No computador, os arquitetos Graça Dias e Egas José Vieira, mostram fotografias do que viram e explicam como vai ficar. As mudanças foram feitas pelo mínimo, asseguram. "Não lhe queremos tirar o charme", avisa Vieira. "Adaptamos a legislação corrente sem beliscar o essencial do que lá estava". Mas depararam-se com surpresas. "Aparentemente estava tudo bem, mas por dentro estava tudo podre", resume.

O chão teve de ser substituído por completo. Graça Dias mostra uma fotografia de um chão muito brilhante. "Pode dizer que tem um belo pavimento, ainda se pode aproveitar, são madeiras antigas, e assim ficou no nosso projeto, mas quando começou a ser mexido, estas madeiras estavam diretamente em cima da terra nem sequer tinham uma caixa de ar e estavam podres". A substituição, que não era intenção dos arquitetos, tornou-se então obrigatória.

Também foi necessário eliminar uma fila de cadeiras na galeria que emoldura a plateia. "Criámos um corredor técnico e de segurança, obrigatório, porque a entrada e saída é só uma". E na plateia criaram-se lugares para pessoas com mobilidade reduzida, respeitando as leis atuais, e aumentou-se a dimensão da régie.

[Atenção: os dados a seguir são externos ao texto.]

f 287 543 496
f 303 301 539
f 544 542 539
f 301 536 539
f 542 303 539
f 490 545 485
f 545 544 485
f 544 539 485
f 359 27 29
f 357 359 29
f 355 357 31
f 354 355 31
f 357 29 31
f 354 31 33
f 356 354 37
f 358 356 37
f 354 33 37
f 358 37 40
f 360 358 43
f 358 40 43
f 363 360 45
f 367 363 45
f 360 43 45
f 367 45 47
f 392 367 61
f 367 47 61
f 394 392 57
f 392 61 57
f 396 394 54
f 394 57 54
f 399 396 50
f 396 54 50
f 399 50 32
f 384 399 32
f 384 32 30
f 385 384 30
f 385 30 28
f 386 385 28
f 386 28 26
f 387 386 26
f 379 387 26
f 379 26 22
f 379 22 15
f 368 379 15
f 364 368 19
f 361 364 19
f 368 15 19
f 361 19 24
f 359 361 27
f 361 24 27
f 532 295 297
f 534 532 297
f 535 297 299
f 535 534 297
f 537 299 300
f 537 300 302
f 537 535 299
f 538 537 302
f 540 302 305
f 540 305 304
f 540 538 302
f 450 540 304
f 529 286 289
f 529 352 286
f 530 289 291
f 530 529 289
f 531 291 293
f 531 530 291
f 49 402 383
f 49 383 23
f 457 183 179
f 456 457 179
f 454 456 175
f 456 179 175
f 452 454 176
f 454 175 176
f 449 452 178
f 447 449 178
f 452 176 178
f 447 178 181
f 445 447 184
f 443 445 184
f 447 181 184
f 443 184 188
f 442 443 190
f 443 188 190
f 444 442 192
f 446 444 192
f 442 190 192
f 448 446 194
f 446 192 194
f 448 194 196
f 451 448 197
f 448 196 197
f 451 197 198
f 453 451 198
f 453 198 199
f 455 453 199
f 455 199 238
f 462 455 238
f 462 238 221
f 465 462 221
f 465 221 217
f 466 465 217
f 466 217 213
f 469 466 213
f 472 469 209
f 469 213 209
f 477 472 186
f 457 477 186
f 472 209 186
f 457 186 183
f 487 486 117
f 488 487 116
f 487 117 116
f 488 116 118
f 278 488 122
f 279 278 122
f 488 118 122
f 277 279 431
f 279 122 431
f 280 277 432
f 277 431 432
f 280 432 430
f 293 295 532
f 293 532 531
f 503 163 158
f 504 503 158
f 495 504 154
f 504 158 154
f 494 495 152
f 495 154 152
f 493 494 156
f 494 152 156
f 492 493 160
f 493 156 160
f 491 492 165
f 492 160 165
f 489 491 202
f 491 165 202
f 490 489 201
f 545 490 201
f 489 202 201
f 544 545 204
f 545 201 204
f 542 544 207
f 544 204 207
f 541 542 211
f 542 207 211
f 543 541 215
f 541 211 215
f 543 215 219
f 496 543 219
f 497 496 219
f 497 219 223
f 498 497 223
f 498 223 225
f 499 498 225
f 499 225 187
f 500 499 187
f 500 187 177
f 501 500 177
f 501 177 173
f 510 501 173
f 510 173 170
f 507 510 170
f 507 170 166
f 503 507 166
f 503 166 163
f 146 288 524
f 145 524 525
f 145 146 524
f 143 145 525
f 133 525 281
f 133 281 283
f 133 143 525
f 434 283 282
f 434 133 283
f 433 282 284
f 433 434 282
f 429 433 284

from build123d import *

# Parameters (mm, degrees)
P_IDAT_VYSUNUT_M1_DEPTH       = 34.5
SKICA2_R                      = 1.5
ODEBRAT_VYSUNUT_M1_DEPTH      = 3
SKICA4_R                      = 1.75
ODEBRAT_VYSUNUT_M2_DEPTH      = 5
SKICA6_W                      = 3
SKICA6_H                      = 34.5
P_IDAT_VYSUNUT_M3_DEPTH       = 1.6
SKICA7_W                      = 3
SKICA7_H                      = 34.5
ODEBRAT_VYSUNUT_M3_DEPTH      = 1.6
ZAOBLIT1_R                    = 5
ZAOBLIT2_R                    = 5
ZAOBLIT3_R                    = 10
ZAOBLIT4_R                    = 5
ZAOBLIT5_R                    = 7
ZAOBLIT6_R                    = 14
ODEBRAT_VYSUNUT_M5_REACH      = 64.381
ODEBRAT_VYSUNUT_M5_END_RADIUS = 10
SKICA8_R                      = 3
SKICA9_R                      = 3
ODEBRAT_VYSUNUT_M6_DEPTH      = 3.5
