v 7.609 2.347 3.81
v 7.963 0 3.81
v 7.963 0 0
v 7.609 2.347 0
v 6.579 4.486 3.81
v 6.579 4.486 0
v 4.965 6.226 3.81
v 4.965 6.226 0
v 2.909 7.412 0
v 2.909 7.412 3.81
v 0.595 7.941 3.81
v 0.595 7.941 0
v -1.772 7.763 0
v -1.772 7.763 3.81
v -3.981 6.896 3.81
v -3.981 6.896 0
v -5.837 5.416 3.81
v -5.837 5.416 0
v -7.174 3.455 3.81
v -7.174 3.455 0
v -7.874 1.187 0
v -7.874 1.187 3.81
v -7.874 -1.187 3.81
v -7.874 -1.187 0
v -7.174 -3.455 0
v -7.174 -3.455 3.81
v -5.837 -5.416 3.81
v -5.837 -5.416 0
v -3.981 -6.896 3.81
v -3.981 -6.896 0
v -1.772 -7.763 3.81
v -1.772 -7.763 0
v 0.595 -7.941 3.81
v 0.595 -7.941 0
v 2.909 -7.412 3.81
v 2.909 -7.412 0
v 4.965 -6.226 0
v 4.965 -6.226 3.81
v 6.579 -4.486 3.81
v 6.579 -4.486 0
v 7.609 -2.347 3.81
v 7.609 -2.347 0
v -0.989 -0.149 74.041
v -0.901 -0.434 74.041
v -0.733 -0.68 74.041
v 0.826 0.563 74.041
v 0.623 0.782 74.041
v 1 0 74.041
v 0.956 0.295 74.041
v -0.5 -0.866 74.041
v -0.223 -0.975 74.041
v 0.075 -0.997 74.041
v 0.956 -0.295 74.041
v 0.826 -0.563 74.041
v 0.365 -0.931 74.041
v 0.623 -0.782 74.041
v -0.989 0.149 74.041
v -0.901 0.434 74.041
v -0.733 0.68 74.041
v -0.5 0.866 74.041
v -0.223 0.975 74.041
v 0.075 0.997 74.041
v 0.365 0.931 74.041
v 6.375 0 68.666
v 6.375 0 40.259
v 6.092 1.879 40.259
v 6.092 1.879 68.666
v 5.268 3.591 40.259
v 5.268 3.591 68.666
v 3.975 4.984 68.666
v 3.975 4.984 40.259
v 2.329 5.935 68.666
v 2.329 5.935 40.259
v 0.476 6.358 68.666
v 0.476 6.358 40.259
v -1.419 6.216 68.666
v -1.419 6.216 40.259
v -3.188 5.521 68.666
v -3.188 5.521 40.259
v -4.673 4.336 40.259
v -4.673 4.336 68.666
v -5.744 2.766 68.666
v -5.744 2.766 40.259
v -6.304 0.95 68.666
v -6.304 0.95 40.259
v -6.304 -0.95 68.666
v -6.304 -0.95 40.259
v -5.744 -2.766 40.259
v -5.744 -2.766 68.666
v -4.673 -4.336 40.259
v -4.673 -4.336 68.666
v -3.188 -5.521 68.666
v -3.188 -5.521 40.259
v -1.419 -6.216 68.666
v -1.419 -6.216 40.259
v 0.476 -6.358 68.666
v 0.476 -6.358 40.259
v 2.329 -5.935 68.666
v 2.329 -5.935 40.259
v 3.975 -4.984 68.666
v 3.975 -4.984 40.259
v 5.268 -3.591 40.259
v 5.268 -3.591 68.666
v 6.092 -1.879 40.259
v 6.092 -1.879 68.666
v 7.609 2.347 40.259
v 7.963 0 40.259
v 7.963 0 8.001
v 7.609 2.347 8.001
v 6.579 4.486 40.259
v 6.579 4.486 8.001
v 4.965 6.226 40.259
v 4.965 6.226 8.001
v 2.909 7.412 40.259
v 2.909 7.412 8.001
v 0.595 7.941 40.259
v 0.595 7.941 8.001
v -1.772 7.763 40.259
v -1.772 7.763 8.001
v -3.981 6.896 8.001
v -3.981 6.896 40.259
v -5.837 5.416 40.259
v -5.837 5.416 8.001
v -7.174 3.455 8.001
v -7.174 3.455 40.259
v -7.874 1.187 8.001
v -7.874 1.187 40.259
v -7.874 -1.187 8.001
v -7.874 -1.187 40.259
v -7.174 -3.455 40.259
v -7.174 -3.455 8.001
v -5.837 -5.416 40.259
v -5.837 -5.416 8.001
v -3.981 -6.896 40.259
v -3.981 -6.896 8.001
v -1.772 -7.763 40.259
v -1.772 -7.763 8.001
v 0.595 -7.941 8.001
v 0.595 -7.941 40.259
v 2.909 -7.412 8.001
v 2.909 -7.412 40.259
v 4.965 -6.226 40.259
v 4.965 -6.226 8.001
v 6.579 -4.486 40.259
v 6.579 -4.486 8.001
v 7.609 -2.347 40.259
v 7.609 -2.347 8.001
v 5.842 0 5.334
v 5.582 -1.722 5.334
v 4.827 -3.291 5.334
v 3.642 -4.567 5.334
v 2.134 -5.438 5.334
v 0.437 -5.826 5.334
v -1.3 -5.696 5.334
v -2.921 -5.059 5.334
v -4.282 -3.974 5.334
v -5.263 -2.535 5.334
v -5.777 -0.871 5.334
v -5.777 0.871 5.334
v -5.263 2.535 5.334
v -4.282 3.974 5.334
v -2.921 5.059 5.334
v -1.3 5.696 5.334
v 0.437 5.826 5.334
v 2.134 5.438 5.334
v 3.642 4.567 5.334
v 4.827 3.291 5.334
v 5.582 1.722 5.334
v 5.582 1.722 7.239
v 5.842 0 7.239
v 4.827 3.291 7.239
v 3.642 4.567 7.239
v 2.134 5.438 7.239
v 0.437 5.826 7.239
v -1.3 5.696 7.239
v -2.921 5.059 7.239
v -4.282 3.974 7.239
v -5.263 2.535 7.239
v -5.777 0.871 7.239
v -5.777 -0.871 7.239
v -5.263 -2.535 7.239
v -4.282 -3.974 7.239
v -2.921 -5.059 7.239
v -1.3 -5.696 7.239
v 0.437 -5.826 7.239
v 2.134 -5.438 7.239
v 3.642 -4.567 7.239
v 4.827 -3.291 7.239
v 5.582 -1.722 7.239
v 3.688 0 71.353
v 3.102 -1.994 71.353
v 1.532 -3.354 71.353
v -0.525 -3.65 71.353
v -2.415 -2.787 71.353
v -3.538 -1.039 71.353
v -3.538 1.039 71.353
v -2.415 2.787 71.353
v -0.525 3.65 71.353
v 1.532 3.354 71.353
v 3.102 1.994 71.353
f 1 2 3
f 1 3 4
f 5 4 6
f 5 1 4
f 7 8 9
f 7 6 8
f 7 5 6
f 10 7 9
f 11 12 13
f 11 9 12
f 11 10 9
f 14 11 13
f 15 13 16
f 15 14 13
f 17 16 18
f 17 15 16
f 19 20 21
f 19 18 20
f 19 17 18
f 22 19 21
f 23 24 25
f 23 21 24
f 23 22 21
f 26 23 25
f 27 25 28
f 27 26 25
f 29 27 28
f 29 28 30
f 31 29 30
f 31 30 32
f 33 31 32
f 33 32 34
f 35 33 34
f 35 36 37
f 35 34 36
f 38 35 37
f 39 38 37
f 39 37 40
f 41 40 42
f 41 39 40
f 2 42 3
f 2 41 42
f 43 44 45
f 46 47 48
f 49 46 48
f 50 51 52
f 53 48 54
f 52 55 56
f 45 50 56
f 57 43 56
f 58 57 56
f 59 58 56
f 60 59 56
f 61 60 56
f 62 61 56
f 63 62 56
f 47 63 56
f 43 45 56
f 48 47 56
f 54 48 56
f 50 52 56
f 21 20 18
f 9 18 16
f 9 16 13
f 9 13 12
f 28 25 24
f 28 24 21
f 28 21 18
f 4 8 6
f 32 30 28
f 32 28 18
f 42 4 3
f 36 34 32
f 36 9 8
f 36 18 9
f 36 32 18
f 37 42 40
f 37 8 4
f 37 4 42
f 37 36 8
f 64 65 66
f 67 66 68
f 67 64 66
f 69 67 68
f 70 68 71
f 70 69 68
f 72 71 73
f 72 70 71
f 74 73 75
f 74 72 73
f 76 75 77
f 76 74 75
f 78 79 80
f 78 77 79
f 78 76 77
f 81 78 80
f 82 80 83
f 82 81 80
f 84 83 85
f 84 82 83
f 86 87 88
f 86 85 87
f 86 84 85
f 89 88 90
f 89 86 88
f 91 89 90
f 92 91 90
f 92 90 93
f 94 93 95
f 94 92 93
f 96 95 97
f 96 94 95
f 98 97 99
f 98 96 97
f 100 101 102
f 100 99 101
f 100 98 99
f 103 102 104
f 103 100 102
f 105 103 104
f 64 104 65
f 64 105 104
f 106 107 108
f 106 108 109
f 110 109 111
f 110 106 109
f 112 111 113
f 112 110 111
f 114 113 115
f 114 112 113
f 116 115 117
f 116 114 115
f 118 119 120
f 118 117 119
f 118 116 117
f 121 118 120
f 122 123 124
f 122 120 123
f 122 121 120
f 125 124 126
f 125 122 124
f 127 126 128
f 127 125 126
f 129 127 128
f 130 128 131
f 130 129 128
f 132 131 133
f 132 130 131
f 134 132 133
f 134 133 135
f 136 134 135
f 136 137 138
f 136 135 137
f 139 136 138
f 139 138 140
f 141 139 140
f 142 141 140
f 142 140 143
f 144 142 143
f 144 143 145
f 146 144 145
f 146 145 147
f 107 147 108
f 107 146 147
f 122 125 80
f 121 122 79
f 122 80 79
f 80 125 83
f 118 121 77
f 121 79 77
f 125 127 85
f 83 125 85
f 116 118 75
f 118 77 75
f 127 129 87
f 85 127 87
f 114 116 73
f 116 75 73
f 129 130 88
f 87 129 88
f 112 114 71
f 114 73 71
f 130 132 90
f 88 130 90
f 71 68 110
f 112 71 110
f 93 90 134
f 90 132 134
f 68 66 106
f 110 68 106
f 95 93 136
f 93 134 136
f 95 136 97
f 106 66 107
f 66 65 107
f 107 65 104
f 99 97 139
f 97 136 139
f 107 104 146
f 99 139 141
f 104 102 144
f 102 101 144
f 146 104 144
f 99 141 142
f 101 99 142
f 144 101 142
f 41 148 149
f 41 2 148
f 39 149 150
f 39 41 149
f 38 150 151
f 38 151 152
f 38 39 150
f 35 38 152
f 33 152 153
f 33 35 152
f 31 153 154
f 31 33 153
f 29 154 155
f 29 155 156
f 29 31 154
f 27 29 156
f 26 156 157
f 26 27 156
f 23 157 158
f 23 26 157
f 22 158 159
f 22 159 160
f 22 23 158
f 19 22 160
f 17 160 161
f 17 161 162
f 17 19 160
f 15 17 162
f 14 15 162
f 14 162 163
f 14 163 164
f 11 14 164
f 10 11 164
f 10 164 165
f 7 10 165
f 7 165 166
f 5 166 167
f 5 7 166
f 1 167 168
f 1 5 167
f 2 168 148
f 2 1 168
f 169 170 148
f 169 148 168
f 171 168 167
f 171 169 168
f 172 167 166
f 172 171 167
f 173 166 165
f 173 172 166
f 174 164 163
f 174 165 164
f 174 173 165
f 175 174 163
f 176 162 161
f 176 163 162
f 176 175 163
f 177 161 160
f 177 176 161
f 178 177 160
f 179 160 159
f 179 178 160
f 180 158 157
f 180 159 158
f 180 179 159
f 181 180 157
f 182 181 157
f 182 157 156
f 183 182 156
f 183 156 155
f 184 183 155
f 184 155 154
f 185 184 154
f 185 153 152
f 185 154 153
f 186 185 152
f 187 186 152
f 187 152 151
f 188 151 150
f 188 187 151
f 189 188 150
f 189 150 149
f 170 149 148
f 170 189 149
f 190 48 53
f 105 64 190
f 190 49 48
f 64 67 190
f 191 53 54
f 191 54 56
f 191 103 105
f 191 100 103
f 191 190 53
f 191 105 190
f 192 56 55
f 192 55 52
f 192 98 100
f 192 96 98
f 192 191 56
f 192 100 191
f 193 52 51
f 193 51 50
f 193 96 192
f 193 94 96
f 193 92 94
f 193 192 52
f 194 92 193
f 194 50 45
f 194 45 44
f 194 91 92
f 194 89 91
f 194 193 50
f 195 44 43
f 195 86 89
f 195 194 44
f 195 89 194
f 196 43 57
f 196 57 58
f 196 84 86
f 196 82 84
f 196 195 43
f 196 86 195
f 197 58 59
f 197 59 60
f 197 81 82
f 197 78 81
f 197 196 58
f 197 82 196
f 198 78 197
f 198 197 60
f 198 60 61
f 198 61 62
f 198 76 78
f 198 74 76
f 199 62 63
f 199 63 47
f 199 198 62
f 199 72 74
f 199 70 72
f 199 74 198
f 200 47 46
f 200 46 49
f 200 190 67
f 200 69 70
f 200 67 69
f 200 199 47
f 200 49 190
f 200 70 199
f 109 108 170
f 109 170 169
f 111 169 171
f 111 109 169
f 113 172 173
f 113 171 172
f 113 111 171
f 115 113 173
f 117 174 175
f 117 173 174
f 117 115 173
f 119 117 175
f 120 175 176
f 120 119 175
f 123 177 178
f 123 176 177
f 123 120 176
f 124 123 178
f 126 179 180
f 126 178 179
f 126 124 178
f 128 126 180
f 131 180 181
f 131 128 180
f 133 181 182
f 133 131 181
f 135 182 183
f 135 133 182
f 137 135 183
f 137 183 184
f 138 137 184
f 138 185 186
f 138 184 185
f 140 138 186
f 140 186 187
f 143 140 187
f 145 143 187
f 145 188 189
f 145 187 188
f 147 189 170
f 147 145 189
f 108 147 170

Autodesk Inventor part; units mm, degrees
ref_plane "YZ Plane" through (0, 0, 0) normal (1, 0, 0) x (0, 1, 0)
ref_plane "XZ Plane" through (0, 0, 0) normal (0, 1, 0) x (-1, 0, 0)
ref_plane "XY Plane" through (0, 0, 0) normal (0, 0, 1) x (1, 0, 0)
sketch "Sketch1" plane through (0, 0, 0) normal (0, 1, 0) x (-1, 0, 0)
  line L0 (0, 0) -> (-7.9629, 0)
  line L1 (-7.9629, 0) -> (-7.9629, 3.81)
  line L2 (-7.9629, 3.81) -> (-5.842, 5.334)
  line L3 (-5.842, 5.334) -> (-5.842, 7.239)
  line L4 (-5.842, 7.239) -> (-7.9629, 8.001)
  line L5 (-7.9629, 8.001) -> (-7.9629, 40.259)
  line L6 (-7.9629, 40.259) -> (-6.3754, 40.259)
  line L7 (-6.3754, 40.259) -> (-6.3754, 68.6656)
  line L8 (-6.3754, 68.6656) -> (-1, 74.041)
  line L9 (-1, 74.041) -> (0, 74.041)
  line L10 (0, 74.041) -> (0, 0)
  dimension "d1" = 3.81
  dimension "d3" = 74.041
  dimension "d4" = 32.258
  dimension "d5" = 0.762
  dimension "d6" = 1.524
  dimension "d7" = 4.191
  dimension "d8" = 5.842
  dimension "d9" = 7.9629
  dimension "d10" = 6.3754
  dimension "d11" = 45
  dimension "d12" = 1
revolve "Revolution1" add sketch "Sketch1" angle 360 about axis through (0, 0, 74.041) along (0, 0, -1)
properties part number "ubis"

As fotografias dos arquitetos mostram o espaço antes de ser desocupado. Os candeeiros deveriam manter-se, mas desapareceram no momento das mudanças, conta Graça Dias. "Pontuavam a sala, mas agora vamos ter de encontrar outra solução". Hão de reaparecer os brancos e os veludos vermelhos da sala, tal como os pilaretes que acompanham o comprimento da sala, "que criam um ritmo muito importante", diz Vieira. Ficam, com painéis vermelhos a contrastar e, atrás, onde antes havia mais uma fila de cadeiras, será o corredor técnico e de emergência, obrigatório agora, mas não quando o teatro foi construído. "Tudo o que se fizer é contemporâneo mas documentado", avisa a dupla. "O que queremos é repor o ambiente que muitas pessoas não conheceram".

As três portas da fachada dão para espaços muito exíguos de cinco metros quadrados de profundidade, que, por sua vez, tinha três portas que encaminhavam para a sala. É a primeira intervenção que os espetadores vão notar quando chegarem cruzarem as portas 76, 78 ou 80 da Calçada da Ajuda: retirar as portas e abrir outra porta simétrica que aumenta o espaço de circulação. "Pela porta da frente entravam diretamente para as galerias [e para o camarote real forrado a papel de parede imitando damasco], pelas outras imediatamente para a plateia", diz Egas José Vieira. "Ainda conseguimos criar aqui duas casas de banho, um bengaleiro e as bilheteiras", explica Graça Dias. No segundo andar ficará o futuro bar do Teatro Camões, depois de passar um foyer que os arquitetos abriram.

As escadas, muito empinadas, eram um desafio de segurança. "Deixamos a escada antiga, mas construímos outra em cima, mais confortável", diz Graça Dias, recorrendo aos alçados do projeto. "Há de ter uma guarda muito empinada e outra menos empinada, uma escada ligeiramente mais estreita, que permite ver a outra".

Subpalco, camarins e casas de banho e no terceiro piso zonas de trabalho são novos. Egas José Vieira conta que se depararam com asnas cortadas no palco. É uma zona nova, "feita de maneira que não se vê da rua", assegura.

Na fachada tudo se manterá. Como no projeto original. Nas pesquisas foi encontrada uma foto original que deixou perceber que o edifício era de cor mais escura, um vermelho escuro tijolo. Os arquitetos só propõem uma novidade: o busto de Luís de Camões ao centro.